Bhubaneswar: Punjab is often referred as the food bowl of India because of its contribution to the country’s grain basket. However, for more than a year, the state has witnessed hundreds of its farmer’s camp on the outskirts of the national capital, Delhi, in protest of Modi government’s three contentious farm laws.
Nearly 700 deaths took place during the farmers’ protest, of which more than 500 deaths are from Punjab.
The government relented and repealed the farm laws last month, but it wasn’t significant for families in Punjab who lost their loved – who went to participate in the protests but could not return home alive.
Jagseer Sidhu, 30, a resident of Gurma village in Barnala district, had never thought that his father, Sukhdev Singh would pass away at 65, leaving him and his mother in the lurch.
Jagseer said that a few days after returning from Tikri, Sukhdev had participated in a local protest outside the house of a BJP leader in Barnala December 28, 2020. He collapsed on the stage shortly after completing his speech. When he was taken to the hospital, he was declared dead, according to Jagseer.

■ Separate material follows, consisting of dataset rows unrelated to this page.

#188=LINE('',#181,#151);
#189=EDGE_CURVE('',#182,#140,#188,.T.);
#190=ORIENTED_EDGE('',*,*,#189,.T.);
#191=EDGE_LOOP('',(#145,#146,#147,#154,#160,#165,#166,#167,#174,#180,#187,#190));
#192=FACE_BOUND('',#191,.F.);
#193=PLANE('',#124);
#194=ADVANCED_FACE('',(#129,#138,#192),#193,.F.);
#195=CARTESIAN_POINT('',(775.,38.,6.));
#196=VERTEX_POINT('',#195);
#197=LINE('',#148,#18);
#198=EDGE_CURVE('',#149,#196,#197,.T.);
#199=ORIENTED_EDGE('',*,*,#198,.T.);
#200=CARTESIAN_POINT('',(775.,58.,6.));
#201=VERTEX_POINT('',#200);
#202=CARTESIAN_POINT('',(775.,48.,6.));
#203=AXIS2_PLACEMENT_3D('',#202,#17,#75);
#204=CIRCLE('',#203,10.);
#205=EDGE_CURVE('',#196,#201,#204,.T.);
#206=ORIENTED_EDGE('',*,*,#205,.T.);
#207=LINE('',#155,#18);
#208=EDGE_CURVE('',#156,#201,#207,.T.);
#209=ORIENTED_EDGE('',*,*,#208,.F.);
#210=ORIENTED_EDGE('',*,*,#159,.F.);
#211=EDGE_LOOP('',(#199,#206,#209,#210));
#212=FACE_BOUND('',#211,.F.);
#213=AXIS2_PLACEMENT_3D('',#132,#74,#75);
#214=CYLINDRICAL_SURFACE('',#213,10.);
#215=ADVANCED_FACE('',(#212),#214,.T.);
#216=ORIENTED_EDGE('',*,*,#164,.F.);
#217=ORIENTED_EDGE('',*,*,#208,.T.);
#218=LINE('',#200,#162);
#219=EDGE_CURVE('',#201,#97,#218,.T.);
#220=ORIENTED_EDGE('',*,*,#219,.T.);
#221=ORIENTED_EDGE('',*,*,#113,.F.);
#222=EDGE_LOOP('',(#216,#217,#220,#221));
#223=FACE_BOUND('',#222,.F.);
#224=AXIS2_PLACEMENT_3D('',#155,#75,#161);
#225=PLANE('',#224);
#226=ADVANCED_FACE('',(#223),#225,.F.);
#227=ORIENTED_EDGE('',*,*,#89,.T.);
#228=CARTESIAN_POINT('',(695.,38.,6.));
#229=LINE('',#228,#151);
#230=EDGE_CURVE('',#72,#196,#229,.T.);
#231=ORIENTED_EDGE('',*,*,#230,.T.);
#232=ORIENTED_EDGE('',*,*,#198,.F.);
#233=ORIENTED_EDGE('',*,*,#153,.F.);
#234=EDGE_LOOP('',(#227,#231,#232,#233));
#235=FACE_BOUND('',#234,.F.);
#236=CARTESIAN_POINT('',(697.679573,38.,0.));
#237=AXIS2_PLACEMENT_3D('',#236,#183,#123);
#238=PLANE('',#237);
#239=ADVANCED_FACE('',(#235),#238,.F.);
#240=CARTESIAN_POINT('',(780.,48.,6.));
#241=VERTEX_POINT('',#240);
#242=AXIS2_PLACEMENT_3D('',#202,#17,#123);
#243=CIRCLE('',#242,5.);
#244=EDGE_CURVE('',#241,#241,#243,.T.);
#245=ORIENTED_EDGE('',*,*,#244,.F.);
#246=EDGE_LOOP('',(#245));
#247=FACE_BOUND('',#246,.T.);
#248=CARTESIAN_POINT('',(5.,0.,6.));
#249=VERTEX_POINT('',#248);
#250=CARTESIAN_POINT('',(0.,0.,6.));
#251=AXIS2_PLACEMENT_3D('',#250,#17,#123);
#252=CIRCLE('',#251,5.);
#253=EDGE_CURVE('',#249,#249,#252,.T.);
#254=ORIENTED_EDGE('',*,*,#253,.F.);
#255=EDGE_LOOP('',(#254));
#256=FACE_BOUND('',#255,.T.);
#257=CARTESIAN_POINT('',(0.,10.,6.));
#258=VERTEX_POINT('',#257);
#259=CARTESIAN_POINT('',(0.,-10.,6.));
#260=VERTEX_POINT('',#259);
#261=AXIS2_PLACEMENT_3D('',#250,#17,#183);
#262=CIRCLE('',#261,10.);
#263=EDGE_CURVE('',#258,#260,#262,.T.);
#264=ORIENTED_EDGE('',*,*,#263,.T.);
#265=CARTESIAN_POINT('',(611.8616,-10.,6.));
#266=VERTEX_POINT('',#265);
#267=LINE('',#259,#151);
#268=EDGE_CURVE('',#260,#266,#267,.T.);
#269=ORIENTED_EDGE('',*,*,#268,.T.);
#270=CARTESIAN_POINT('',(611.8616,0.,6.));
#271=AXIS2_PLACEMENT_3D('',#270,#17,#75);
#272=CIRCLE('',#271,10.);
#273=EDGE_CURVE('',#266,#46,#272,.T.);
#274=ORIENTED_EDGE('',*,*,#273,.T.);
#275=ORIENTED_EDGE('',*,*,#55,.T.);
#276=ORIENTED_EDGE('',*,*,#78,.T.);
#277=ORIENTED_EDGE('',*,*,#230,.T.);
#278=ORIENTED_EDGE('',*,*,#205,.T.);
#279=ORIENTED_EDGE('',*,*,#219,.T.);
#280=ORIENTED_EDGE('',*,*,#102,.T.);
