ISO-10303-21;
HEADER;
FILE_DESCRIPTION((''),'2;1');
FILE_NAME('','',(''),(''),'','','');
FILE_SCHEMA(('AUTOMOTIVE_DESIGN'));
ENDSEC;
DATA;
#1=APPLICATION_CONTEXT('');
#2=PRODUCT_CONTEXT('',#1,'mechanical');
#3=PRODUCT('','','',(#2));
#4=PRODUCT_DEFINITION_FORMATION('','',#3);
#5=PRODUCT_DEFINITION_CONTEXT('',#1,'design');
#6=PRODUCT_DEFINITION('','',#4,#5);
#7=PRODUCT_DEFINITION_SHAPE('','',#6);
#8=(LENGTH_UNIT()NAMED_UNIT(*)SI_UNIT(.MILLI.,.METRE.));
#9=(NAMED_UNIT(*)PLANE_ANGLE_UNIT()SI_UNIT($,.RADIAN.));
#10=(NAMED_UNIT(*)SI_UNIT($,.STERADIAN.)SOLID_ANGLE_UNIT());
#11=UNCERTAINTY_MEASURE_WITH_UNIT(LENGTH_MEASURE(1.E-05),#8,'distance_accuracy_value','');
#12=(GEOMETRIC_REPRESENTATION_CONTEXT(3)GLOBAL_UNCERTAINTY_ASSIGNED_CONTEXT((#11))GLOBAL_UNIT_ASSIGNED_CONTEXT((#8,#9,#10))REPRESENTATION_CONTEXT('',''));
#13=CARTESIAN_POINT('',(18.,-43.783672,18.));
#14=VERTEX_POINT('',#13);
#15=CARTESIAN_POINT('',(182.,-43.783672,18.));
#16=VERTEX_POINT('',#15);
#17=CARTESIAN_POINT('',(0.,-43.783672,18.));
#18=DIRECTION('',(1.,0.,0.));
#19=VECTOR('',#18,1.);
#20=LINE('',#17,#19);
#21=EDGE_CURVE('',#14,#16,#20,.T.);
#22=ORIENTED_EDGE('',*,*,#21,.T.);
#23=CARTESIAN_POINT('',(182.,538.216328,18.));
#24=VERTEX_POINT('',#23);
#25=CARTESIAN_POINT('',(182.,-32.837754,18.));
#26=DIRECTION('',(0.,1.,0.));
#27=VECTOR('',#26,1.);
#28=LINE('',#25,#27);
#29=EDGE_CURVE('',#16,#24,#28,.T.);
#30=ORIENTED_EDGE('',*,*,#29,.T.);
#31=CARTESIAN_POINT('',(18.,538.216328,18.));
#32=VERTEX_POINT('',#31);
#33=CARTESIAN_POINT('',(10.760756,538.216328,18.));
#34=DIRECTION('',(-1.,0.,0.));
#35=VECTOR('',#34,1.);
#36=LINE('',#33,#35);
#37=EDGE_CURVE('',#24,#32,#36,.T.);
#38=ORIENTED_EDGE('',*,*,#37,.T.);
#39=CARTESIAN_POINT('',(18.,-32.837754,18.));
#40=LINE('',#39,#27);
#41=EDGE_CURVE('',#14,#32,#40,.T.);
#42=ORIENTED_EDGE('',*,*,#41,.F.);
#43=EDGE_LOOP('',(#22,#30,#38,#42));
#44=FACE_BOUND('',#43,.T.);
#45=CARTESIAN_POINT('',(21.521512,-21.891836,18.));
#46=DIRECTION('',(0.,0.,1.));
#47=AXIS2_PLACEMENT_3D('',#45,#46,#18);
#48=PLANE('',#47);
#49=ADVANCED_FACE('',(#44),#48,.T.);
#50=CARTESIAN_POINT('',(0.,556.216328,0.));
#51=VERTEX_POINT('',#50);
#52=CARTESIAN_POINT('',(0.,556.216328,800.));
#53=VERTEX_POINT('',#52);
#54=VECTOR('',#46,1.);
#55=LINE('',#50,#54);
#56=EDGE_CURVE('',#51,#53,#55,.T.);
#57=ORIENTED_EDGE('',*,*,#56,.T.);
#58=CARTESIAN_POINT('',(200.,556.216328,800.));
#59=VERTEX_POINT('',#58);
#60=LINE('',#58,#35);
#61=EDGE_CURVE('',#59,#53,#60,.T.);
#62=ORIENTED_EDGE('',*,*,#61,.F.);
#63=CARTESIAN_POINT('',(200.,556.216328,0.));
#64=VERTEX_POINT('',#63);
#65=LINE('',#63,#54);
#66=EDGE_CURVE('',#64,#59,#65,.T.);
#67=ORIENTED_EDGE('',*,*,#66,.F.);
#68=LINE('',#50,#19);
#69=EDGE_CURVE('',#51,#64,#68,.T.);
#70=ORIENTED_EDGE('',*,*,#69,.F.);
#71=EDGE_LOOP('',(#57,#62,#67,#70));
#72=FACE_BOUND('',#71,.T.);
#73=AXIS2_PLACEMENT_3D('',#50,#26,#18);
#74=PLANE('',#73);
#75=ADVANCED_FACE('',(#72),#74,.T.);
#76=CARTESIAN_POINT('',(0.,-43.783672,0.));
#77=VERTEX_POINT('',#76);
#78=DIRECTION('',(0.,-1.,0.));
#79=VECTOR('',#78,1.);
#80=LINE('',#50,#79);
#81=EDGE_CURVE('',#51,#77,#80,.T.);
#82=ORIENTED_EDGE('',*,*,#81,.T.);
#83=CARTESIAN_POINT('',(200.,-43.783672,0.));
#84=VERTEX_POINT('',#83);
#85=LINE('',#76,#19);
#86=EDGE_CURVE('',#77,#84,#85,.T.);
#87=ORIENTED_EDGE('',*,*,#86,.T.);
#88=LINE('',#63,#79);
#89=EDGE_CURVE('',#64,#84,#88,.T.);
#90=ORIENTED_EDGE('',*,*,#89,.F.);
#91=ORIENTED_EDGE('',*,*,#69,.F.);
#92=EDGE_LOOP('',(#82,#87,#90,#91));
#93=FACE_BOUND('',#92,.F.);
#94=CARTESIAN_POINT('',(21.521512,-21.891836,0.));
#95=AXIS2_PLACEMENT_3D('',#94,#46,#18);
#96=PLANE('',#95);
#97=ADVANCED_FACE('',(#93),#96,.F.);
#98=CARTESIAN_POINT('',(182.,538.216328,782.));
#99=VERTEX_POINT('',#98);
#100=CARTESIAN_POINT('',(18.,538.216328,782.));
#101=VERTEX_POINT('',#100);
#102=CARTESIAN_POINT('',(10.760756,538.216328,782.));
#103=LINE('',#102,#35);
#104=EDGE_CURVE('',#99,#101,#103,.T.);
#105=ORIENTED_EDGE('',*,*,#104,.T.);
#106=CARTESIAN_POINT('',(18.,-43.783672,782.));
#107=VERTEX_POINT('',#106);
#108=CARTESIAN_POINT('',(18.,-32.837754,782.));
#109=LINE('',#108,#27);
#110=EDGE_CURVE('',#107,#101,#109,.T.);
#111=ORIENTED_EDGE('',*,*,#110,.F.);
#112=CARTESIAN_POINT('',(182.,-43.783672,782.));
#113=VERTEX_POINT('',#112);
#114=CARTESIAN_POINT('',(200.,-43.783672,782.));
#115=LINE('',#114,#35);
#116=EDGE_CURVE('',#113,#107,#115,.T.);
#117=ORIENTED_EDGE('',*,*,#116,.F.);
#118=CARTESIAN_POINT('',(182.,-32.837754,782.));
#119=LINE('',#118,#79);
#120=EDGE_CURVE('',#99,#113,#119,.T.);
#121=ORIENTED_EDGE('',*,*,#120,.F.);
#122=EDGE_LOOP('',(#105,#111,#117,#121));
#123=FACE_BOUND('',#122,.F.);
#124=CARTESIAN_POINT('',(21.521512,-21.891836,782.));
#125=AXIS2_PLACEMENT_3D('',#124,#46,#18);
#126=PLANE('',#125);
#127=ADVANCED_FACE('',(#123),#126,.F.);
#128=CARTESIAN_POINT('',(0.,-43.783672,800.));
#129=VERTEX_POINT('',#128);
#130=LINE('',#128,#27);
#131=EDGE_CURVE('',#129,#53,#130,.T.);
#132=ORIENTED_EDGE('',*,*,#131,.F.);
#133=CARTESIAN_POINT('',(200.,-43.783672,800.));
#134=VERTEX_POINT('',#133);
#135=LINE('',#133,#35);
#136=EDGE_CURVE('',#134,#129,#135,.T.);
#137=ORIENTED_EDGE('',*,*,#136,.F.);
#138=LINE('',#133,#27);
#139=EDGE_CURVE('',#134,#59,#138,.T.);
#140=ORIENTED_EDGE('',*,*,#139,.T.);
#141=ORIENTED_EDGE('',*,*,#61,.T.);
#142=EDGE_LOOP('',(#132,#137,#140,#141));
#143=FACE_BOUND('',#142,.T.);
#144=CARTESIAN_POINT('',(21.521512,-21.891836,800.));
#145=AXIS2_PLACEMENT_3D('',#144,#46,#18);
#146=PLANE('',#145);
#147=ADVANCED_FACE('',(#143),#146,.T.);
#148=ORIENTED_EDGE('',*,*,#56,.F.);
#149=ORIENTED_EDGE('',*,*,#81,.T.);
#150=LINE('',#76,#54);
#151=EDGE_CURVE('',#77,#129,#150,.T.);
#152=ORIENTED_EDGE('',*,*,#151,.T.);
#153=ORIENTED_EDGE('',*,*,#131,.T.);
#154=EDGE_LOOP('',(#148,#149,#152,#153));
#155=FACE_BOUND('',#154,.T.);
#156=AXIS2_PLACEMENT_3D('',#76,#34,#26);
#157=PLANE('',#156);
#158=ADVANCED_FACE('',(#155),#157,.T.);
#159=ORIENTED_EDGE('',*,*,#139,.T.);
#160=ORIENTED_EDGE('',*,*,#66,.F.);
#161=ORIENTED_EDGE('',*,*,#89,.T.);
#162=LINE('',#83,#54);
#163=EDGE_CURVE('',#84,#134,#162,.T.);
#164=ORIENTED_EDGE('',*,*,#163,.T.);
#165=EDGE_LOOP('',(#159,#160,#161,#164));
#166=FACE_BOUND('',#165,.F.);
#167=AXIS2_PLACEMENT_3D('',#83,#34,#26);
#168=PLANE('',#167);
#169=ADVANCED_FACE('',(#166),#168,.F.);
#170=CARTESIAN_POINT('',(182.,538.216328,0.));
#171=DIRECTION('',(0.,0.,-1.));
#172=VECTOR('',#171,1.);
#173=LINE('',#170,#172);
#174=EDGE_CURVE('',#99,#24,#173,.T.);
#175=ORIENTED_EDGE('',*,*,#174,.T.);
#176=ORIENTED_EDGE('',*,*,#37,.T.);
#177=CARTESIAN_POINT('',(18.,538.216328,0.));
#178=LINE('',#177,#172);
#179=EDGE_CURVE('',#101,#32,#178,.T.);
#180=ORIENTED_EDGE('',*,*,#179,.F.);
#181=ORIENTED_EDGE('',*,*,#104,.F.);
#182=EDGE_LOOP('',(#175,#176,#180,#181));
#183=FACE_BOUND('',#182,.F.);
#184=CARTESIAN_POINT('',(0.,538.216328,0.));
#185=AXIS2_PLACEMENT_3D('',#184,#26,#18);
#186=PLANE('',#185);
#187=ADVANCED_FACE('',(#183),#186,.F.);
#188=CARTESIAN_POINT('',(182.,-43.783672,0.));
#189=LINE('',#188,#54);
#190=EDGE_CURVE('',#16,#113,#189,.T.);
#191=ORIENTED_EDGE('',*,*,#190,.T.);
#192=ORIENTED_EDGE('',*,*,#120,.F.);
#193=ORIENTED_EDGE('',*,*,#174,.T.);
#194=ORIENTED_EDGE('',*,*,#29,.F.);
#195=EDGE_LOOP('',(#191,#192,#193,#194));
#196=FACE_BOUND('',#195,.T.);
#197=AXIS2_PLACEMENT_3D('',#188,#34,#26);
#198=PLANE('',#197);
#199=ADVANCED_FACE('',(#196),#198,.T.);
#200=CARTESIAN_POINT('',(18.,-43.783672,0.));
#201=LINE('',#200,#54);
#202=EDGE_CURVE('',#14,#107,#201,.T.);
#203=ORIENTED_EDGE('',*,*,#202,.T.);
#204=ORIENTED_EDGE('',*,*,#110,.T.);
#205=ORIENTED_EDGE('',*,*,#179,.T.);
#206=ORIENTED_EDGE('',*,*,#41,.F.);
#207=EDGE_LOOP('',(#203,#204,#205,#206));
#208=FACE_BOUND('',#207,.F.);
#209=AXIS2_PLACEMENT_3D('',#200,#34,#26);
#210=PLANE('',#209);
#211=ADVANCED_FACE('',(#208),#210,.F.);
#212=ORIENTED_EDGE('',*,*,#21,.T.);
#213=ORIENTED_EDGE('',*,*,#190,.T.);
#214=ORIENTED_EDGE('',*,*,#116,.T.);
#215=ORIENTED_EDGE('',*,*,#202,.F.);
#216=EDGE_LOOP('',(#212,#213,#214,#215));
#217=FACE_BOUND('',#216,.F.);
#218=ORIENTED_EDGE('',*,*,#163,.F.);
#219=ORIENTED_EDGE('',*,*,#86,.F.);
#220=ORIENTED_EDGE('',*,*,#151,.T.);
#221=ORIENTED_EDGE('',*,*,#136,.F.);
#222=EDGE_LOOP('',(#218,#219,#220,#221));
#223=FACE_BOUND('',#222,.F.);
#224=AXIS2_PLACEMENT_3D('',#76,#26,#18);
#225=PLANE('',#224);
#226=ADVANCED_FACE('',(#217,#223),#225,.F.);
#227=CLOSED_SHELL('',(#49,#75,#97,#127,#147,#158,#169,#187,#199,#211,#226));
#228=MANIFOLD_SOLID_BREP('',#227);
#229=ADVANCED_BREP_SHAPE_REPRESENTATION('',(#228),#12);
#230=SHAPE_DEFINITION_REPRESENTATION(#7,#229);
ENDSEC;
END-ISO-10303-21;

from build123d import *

# Parameters (mm, degrees)
F0_W     = 43.043024838
F0_H     = 43.7836721539
F1_DEPTH = 800
F2_DEPTH = 200
F3_DEPTH = 600
F4_T     = -18


with BuildPart() as f1:
    # F0 (on Top) → F1 (new body)
    with BuildSketch(Plane.XY):
        with Locations((21.521512419, -21.891836077)):
            Rectangle(F0_W, F0_H)
    extrude(amount=F1_DEPTH)

    # F2 (add): a face of the model
    f2_faces = [f1.faces().sort_by_distance(p)[0] for p in [
        (0, -21.891836077, 400),
    ]]
    extrude(f2_faces, amount=-F2_DEPTH)

    # F3 (add): a face of the model
    f3_faces = [f1.faces().sort_by_distance(p)[0] for p in [
        (100, -43.7836721539, 400),
    ]]
    extrude(f3_faces, amount=-F3_DEPTH)

    # F4
    f4_openings = [f1.faces().sort_by_distance(p)[0] for p in [
        (100, -43.783672, 400),
    ]]
    offset(amount=F4_T, openings=f4_openings)


solid = f1.part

Kaka Singh, local convenor of Punjab Keth Mazdoor Union from Sri Muktsar Sahib questioned the claims of government by saying that in his village Khunde Halal, in the Muktasar Sahib Tehsil, five farmers including two landless farmers died during protest. But families of none of these farmers have got government jobs.
A farmer couple in a Punjab village is struggling to cope with the death of their only son. Manpreet Singh, 24, died of a heart attack in January.
“I am unable to bear this pain. I feel like crying all the time,” says his mother Baljinder Kaur, trying hard not to break down.
Manpreet’s father Gurdeep Singh said they had tried to stop him from going to Delhi. “But he said that if farmers like us didn’t take part in this protest, everything would be lost,” he says.
The Punjab government has given the family a compensation of 5,00,000 rupees, but that has brought them little solace.
“We are ready to give all we have. Can the government give us our son back?” asks Baljinder Kaur.
Balbir Kaur, 65, regularly visited the protest sites with other women from their village.
“Once there, she would do whatever she could to help, be it cooking or serving meals,” said her son, Chamkaur Singh. In March, she died of a heart attack during one of her trips.
Around 80 miles away, a mother is mourning her son.
Gurpreet Singh, 23, died in December 2020 in an accident while returning home from the protest site with his uncle, who was also killed.
Bhupinder Kaur of Mohali, Punjab, lost her husband Deep Singh last year. He was 60 years old and on his way back to his village when he was involved in a car accident and died as a result of his injuries. Kaur claimed that the Delhi protest had left her in constant anguish and pain.
“I don’t know how to live without him now. There is no support system left. My only daughter is married. My husband was the one looking after me and my ailing mother-in-law. Now that he is gone, we feel as if we are orphaned now,” she said.